RCT

Overview

Our project for the 2022 iGEM competition provides a point of care (POC) diagnostic tool for coronary artery disease (CAD) using circulating miRNA in blood as biomarkers.

The Problem

In the United States, 1 in 5 deaths are due to cardiovascular disease (Centers for Disease Control, 2022). One of the most common heart diseases is coronary artery disease (CAD), accounting for 17.8 million annual deaths worldwide (World Health Organization, 2022). CAD is especially prevalent in the Southeastern United States, our iGEM team’s home region. In order to address this issue, we have developed a point-of-care (POC) diagnostic tool to detect and quantify microRNA (miRNA) by utilizing rolling circle amplification/transcription from a rolling circle product. This product is created by continuous transcription of the designed padlock probe to create long repeats containing complementary sequences to the miRNAs and the reporting mechanism. The reporting mechanisms emit fluorescence from the repeating product, which can then be quantified by a frugal device, MicroQ. In addition to other existing screening methods, this technique can aid healthcare professionals in the diagnosis of disease as results rely on the interpretation and laboratory work best suited to healthcare facilities. Moreover, this year’s team hoped to alleviate the high costs associated with current early diagnostic measures and provide an additional screening tool for physicians.

Methodology

Lambert iGEM identified two specific miRNAs — miRNA 1 and miRNA 133a— found to be upregulated in the correlation to CAD (Kaur et al., 2020). The proposed method aims to detect a certain threshold of these miRNAs to provide an early indication of CAD. We considered several methods to detect and quantify miRNA including toehold switches, RT-qPCR, padlock probes and SHERLOCK systems, summarized in Figure 1. However, consultations with experts in their field such as Dr. Koob (an expert in SHERLOCK) and further analysis on the protocols for each methodology revealed that the use of padlock probes would be best suited in detecting miRNAs. The short sequence of each miRNA and repeating nucleotides made them difficult to quantify and interfered with hybridization. Ultimately, we chose Rolling Circle Amplification (RCA) and Rolling Circle Transcription (RCT) due to the ability of padlock probes to detect the short sequences of miRNA and discriminate between different miRNAs with single-nucleotide selectivity. Through RCA/RCT and the respective reporting mechanisms, the miRNAs present in blood serum can eventually be detected and quantified.

Other Methods

Lambert iGEM chose the rolling circle methods instead of other methods due to their precision and easily quantifiable results (see Fig. 1). These include:

Figure 1. Table of current methods. (Forero et al., 2019; Koscianska et al., 2011; Li et al., 2009; Schwarzkopf et al., 2016; Shi et al., 2012; Song et al., 2010; Ouyang et al., 2019; Ye et al., 2019; Zheng et al., 2016).

Padlocks

Both rolling circle methods include padlock probes as part of their methodology. A padlock probe, which can be 30-150 nucleotides in length, is a single-stranded DNA (ssDNA) sequence designed to recognize a specific target sequence (see Fig. 2). The “arms” of a padlock probe are the ends of the ssDNA that are complementary to a specific target sequence (see Fig. 2). The middle sequence (the sequence between the arms) can be specifically designed to perform a function once amplified.

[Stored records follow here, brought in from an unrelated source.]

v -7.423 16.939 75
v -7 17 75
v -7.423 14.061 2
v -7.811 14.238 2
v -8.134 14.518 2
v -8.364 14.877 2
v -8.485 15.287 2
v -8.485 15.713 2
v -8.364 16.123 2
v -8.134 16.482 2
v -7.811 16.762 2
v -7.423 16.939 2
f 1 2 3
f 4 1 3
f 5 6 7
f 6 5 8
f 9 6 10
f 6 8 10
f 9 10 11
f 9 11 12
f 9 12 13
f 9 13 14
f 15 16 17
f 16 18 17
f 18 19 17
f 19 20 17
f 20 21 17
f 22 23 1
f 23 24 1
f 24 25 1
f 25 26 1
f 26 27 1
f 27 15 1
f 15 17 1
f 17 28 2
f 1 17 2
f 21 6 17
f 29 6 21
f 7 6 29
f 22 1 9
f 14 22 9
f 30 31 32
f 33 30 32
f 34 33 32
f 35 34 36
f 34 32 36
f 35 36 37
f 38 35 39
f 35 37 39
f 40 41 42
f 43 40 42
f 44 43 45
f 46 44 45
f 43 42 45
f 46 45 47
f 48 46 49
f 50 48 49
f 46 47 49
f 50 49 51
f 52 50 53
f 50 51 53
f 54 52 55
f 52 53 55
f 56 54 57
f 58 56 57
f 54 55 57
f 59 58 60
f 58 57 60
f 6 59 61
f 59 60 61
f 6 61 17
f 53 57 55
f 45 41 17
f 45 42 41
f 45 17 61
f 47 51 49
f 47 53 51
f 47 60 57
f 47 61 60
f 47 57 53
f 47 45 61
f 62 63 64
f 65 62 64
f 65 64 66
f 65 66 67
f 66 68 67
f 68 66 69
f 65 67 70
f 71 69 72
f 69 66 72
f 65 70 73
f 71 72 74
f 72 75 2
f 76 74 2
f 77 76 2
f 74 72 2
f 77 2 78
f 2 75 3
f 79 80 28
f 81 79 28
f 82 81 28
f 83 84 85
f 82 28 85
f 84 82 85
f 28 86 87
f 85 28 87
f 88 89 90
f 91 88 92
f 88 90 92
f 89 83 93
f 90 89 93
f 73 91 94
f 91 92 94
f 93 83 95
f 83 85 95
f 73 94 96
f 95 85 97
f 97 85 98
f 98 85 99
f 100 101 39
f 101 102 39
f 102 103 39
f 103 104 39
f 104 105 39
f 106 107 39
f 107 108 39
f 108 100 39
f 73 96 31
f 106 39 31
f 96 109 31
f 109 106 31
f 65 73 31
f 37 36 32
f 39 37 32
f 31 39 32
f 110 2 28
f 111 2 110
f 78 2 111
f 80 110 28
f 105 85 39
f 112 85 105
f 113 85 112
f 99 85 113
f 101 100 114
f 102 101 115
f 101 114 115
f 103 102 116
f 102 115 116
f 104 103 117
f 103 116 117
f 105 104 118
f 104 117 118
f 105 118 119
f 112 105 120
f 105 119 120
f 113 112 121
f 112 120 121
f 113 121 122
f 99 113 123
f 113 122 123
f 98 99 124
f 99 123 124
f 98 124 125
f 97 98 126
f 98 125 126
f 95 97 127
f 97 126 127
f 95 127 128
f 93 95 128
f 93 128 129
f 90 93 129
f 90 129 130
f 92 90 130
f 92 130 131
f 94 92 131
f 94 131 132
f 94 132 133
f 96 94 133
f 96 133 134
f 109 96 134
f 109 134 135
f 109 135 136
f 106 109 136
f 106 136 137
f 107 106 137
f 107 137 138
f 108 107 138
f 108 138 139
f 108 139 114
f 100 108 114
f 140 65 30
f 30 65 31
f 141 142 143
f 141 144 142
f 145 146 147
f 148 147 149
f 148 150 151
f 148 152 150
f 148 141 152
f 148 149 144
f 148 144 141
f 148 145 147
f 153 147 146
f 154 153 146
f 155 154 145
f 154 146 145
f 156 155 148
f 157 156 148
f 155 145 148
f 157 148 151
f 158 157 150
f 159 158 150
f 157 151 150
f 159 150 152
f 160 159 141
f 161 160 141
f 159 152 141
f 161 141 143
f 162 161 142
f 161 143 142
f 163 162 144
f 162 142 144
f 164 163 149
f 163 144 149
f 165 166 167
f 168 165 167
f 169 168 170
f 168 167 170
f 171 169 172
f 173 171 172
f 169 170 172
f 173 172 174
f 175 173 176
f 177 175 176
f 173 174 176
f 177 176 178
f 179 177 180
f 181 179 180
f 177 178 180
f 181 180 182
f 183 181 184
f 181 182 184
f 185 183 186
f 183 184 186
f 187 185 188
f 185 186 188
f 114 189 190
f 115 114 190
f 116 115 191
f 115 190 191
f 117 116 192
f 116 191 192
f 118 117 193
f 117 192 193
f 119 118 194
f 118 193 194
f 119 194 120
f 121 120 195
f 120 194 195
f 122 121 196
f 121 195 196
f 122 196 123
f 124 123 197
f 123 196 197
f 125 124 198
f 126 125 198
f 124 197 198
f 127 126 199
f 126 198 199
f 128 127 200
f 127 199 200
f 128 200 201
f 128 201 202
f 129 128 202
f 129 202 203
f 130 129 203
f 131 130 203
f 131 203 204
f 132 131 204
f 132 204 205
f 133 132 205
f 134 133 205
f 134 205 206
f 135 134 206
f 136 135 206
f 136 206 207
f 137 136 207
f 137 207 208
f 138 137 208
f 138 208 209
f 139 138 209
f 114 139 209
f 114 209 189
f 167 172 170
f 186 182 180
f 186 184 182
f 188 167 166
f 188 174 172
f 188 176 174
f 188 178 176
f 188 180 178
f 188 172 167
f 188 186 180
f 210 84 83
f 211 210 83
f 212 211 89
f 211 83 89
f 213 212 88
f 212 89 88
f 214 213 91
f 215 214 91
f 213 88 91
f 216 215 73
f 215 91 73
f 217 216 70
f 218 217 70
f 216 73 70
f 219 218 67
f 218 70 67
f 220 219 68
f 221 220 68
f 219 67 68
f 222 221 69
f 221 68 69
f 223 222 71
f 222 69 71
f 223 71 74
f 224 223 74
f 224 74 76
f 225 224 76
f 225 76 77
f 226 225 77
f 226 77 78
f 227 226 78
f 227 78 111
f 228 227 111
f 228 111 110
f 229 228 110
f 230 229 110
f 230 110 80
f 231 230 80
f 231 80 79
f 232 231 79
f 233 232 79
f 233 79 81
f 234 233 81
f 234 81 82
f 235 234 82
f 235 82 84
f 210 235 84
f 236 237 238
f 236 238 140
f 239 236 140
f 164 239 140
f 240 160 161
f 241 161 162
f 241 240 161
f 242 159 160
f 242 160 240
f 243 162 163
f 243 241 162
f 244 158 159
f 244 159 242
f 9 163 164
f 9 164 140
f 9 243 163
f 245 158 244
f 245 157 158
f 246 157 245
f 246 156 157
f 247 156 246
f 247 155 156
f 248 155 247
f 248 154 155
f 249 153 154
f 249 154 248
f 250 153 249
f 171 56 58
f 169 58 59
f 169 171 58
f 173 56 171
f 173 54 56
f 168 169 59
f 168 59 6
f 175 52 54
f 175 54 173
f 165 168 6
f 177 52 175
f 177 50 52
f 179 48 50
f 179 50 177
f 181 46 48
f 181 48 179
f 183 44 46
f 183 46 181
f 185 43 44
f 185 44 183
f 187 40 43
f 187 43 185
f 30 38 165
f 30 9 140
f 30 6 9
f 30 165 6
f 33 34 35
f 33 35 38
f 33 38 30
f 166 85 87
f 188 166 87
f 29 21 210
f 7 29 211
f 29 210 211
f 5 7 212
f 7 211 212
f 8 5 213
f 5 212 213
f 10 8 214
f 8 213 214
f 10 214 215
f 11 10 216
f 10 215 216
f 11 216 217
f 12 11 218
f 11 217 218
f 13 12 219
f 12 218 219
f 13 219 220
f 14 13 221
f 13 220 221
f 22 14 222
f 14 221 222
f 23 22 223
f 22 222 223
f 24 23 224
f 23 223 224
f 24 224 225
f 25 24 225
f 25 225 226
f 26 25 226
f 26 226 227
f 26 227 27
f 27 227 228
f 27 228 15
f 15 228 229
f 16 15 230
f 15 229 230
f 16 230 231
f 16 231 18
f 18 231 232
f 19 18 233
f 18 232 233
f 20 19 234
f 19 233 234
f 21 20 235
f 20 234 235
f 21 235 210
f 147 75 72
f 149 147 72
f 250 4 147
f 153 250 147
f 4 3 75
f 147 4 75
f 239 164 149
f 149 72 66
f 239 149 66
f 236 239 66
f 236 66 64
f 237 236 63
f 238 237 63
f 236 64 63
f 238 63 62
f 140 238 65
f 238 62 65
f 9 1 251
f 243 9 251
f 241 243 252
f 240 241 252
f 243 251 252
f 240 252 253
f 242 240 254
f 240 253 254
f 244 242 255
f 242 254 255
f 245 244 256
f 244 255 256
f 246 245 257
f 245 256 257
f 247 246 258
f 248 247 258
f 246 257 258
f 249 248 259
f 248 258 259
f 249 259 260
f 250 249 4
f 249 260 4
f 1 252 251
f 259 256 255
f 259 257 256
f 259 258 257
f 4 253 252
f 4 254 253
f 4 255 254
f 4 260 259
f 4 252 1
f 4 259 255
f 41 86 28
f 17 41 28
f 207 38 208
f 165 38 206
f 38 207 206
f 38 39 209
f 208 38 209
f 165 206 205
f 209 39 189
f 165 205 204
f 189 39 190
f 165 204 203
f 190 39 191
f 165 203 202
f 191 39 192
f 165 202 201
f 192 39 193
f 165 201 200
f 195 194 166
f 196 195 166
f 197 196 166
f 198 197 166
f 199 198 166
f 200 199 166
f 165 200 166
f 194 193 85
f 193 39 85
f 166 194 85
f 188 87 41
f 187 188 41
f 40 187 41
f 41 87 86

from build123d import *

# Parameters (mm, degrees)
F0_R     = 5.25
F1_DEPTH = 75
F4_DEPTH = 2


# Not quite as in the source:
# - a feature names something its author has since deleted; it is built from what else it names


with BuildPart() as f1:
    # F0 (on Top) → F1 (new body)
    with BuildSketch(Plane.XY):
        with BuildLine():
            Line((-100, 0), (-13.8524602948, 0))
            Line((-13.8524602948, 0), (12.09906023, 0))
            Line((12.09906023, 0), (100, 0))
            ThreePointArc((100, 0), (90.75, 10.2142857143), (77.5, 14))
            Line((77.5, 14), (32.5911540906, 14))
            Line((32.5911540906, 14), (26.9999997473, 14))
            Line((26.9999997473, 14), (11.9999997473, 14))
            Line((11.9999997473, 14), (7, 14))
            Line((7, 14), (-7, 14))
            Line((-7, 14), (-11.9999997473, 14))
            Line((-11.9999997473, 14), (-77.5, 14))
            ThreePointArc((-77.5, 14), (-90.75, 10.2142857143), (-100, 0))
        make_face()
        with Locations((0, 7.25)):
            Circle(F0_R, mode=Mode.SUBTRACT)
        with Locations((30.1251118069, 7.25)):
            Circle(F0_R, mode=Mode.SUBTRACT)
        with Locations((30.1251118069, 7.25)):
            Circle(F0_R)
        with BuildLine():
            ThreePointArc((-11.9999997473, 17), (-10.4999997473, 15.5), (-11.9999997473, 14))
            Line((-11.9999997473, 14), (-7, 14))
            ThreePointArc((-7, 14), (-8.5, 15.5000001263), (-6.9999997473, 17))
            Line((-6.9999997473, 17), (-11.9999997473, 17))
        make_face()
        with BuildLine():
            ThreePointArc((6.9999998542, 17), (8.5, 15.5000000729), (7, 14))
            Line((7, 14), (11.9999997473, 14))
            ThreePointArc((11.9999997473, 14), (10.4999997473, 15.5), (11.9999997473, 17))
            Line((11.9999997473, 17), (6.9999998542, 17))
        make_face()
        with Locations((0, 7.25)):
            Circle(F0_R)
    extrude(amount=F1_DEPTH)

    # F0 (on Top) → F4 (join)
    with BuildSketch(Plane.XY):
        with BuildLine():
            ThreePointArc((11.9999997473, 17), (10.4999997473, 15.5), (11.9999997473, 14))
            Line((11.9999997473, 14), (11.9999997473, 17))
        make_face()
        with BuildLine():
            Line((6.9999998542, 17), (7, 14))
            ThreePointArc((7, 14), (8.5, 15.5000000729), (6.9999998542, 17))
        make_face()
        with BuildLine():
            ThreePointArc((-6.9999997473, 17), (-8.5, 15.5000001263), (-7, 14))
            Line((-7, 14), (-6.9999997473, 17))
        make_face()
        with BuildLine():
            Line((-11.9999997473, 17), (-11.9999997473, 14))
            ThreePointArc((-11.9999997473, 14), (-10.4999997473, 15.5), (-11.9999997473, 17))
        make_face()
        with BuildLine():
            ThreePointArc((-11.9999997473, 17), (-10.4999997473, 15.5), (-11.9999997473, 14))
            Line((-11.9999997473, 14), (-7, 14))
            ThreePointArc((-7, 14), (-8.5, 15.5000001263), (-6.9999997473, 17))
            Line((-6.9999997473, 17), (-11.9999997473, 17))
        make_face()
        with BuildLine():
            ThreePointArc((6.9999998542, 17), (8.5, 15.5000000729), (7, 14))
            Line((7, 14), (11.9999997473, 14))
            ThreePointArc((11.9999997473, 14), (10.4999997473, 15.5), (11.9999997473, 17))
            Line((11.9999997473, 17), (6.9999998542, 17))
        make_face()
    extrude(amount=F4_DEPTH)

Figure 2. Diagram of a padlock probe.

Ligation

Some steps that are shared between RCA and RCT are the beginnings of hybridization and ligation. Hybridization is when the miRNA and the DNA attach, bringing the padlock arms close together. After hybridization, ligation occurs in which SplintR Ligase circularizes the miRNA. From here, RCT and RCA diverge.

SplintR Modification

Our team modified the protocols from the original paper used in their initial development. Instead of using T4 DNA ligase, we used SplintR Ligase as it “efficiently catalyzes the ligation of adjacent single-stranded DNA splinted by a complementary RNA strand” (Avantor Staff). Since SplintR ligase is specific to RNA-DNA hybridization, we chose to use SplintR to increase binding efficiency. As seen in Figure 3, SplintR works by utilizing phosphate modifications and ATP to ligate the DNA strand.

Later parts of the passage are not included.